# Feeler bit



## lmahome (Mar 12, 2013)

I'm new here and would like to share a tip as my 1st post . I'm sure plenty of you out there already know this, if not here you go. You can use the straight part of a wire coat hanger with the end cut at a sharp angle as a drill bit. You can also use the steel wires that hold up insulation batts in the floor joists as a bit. These are good to drill down if you need a reference point to where you need to drill up into a wall for old work. Now don't kill me here this isn't always acceptable practice but when the situation is right these bits can save some detective time. Just a warning these bits work very well . They will make quick work of any thing in its way, such as other wires or the houses plumbing. So use the thing between your ears before you pick a spot to send it down. 
Well I hope that helped at least one of you. Nice to meet you all and I'll be around!
Nick


----------



## toolaholic (Aug 13, 2010)

lmahome said:


> I'm new here and would like to share a tip as my 1st post . I'm sure plenty of you out there already know this, if not here you go. You can use the straight part of a wire coat hanger with the end cut at a sharp angle as a drill bit. You can also use the steel wires that hold up insulation batts in the floor joists as a bit. These are good to drill down if you need a reference point to where you need to drill up into a wall for old work. Now don't kill me here this isn't always acceptable practice but when the situation is right these bits can save some detective time. Just a warning these bits work very well . They will make quick work of any thing in its way, such as other wires or the houses plumbing.
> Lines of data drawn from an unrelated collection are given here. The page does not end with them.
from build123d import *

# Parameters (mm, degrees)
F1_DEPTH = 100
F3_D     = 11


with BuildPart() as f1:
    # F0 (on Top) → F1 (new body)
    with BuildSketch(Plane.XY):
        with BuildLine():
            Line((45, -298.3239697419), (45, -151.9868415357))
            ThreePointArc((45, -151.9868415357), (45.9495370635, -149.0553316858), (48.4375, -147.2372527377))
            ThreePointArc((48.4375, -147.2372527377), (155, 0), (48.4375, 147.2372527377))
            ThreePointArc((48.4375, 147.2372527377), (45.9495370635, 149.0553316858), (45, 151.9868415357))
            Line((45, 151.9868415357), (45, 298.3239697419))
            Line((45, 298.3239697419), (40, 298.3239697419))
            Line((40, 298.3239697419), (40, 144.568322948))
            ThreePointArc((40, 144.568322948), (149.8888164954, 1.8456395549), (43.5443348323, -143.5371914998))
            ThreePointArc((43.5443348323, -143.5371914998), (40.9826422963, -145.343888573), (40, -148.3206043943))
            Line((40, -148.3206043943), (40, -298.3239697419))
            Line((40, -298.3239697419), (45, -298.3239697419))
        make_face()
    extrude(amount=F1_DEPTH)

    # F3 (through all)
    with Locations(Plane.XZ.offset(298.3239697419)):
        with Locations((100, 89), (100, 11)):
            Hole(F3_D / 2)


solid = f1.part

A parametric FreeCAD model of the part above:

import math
import FreeCAD as App
import Part
import Sketcher
Q = App.Units.Quantity

doc = App.newDocument("Part")
params = doc.addObject("Spreadsheet::Sheet", "Params")
for row, (alias, value) in enumerate([
    ("sketch1_radius", "5 mm"),
    ("sketch1_radius2", "155 mm"),
    ("pad1_length", "100 mm"),
    ("sketch2_diameter", "11 mm"),
    ("hole_diameter", "11 mm"),
], start=1):
    params.set(f"A{row}", alias)
    params.set(f"B{row}", "=" + value)
    params.setAlias(f"B{row}", alias)

body = doc.addObject("PartDesign::Body", "Body")

# Sketch on XY plane
sketch1 = doc.addObject("Sketcher::SketchObject", "Sketch")
body.addObject(sketch1)
sketch1.AttachmentSupport = (doc.XY_Plane, [""])
sketch1.MapMode = "FlatFace"
sketch1.addGeometry([
    Part.LineSegment(App.Vector(45, -298, 0), App.Vector(45, -152, 0)),  # 0
    Part.ArcOfCircle(Part.Circle(App.Vector(50, -152, 0), App.Vector(0, 0, 1), 5), math.radians(108), math.radians(180)),  # 1
    Part.ArcOfCircle(Part.Circle(App.Vector(0, 0, 0), App.Vector(0, 0, 1), 155), math.radians(-72), math.radians(72)),  # 2
    Part.ArcOfCircle(Part.Circle(App.Vector(50, 152, 0), App.Vector(0, 0, 1), 5), math.radians(180), math.radians(252)),  # 3
    Part.LineSegment(App.Vector(45, 152, 0), App.Vector(45, 298, 0)),  # 4
    Part.LineSegment(App.Vector(45, 298, 0), App.Vector(40, 298, 0)),  # 5
    Part.LineSegment(App.Vector(40, 298, 0), App.Vector(40, 145, 0)),  # 6
    Part.ArcOfCircle(Part.Circle(App.Vector(0, 0, 0), App.Vector(0, 0, 1), 150), math.radians(-73), math.radians(74)),  # 7
    Part.ArcOfCircle(Part.Circle(App.Vector(45, -148, 0), App.Vector(0, 0, 1), 5), math.radians(107), math.radians(180)),  # 8
    Part.LineSegment(App.Vector(40, -148, 0), App.Vector(40, -298, 0)),  # 9
    Part.LineSegment(App.Vector(40, -298, 0), App.Vector(45, -298, 0)),  # 10
], False)
sketch1.addConstraint([
    Sketcher.Constraint("Tangent", 0, 2, 1, 2),
    Sketcher.Constraint("Tangent", 1, 1, 2, 1),
    Sketcher.Constraint("Tangent", 2, 2, 3, 2),
    Sketcher.Constraint("Tangent", 3, 1, 4, 1),
    Sketcher.Constraint("Coincident", 4, 2, 5, 1),
    Sketcher.Constraint("Coincident", 5, 2, 6, 1),
    Sketcher.Constraint("Coincident", 6, 2, 7, 2),
    Sketcher.Constraint("Tangent", 7, 1, 8, 1),
    Sketcher.Constraint("Tangent", 8, 2, 9, 1),
    Sketcher.Constraint("Coincident", 9, 2, 10, 1),
    Sketcher.Constraint("Coincident", 10, 2, 0, 1),
    Sketcher.Constraint("Vertical", 0),
    Sketcher.Constraint("Vertical", 4),
    Sketcher.Constraint("Horizontal", 5),
    Sketcher.Constraint("Vertical", 6),
    Sketcher.Constraint("Vertical", 9),
    Sketcher.Constraint("Horizontal", 10),
    Sketcher.Constraint("Coincident", 2, 3, -1, 1),
    Sketcher.Constraint("Equal", 1, 3),
    Sketcher.Constraint("Equal", 3, 8),
    Sketcher.Constraint("Symmetric", 5, 2, 9, 2, -1),
    Sketcher.Constraint("PointOnObject", 7, 3, -1),
    Sketcher.Constraint("Vertical", 1, 3, 3, 3),
    Sketcher.Constraint("Vertical", 8, 3, 0, 2),
    Sketcher.Constraint("Radius", 1, Q("5 mm")),
    Sketcher.Constraint("Radius", 2, Q("155 mm")),
    Sketcher.Constraint("DistanceX", -1, 1, 1, 3, Q("50 mm")),
    Sketcher.Constraint("Radius", 7, Q("150.036381 mm")),
    Sketcher.Constraint("DistanceY", 0, 1, 0, 2, Q("146.337128 mm")),
    Sketcher.Constraint("DistanceY", 6, 2, 6, 1, Q("153.755647 mm")),
])
sketch1.setExpression("Constraints[24]", "Params.sketch1_radius")
sketch1.setExpression("Constraints[25]", "Params.sketch1_radius2")
pad1 = doc.addObject("PartDesign::Pad", "Pad")
body.addObject(pad1)
pad1.Profile = sketch1
pad1.setExpression("Length", "Params.pad1_length")

# Sketch on XZ plane
sketch2 = doc.addObject("Sketcher::SketchObject", "Sketch001")
body.addObject(sketch2)
sketch2.AttachmentSupport = (doc.XZ_Plane, [""])
sketch2.MapMode = "FlatFace"
sketch2.AttachmentOffset = App.Placement(App.Vector(0, 0, 298.32397), App.Rotation())
sketch2.addGeometry([
    Part.Circle(App.Vector(100, 89, 0), App.Vector(0, 0, 1), 6),
    Part.Circle(App.Vector(100, 11, 0), App.Vector(0, 0, 1), 6),
], False)
sketch2.addConstraint([
    Sketcher.Constraint("Equal", 0, 1),
    Sketcher.Constraint("Vertical", 0, 3, 1, 3),
    Sketcher.Constraint("Diameter", 0, Q("11 mm")),
    Sketcher.Constraint("DistanceX", -1, 1, 0, 3, Q("100 mm")),
    Sketcher.Constraint("DistanceY", -1, 1, 0, 3, Q("89 mm")),
    Sketcher.Constraint("DistanceY", -1, 1, 1, 3, Q("11 mm")),
])
sketch2.setExpression("Constraints[2]", "Params.sketch2_diameter")
doc.recompute()
hole = doc.addObject("PartDesign::Hole", "Hole")
body.addObject(hole)
hole.Profile = sketch2
hole.ThreadType = "None"
hole.setExpression("Diameter", "Params.hole_diameter")
hole.DepthType = "ThroughAll"

doc.recompute()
So use the thing between your ears before you pick a spot to send it down.
> Well I hope that helped at least one of you. Nice to meet you all and I'll be around!
> 
> Nick


 I escaped Mass [Boston+ Cape Cod 30 Years ago] Learned this trick Years ago . In a hallway run a piece of coat hanger wire in Your drill next to baseboard. THEN Bend a 2" right angle on 20 " of ground wire ,Run down hole. Now in the crawler the copper Lights up like a beacon with Your flashlight. 
Welcome aboard. Tool


----------



## JoeKP (Nov 16, 2009)

welcome fellow Masshole


----------



## gnuuser (Jan 13, 2013)

i use a fluorescent yellow plastic rod (put down through the hole)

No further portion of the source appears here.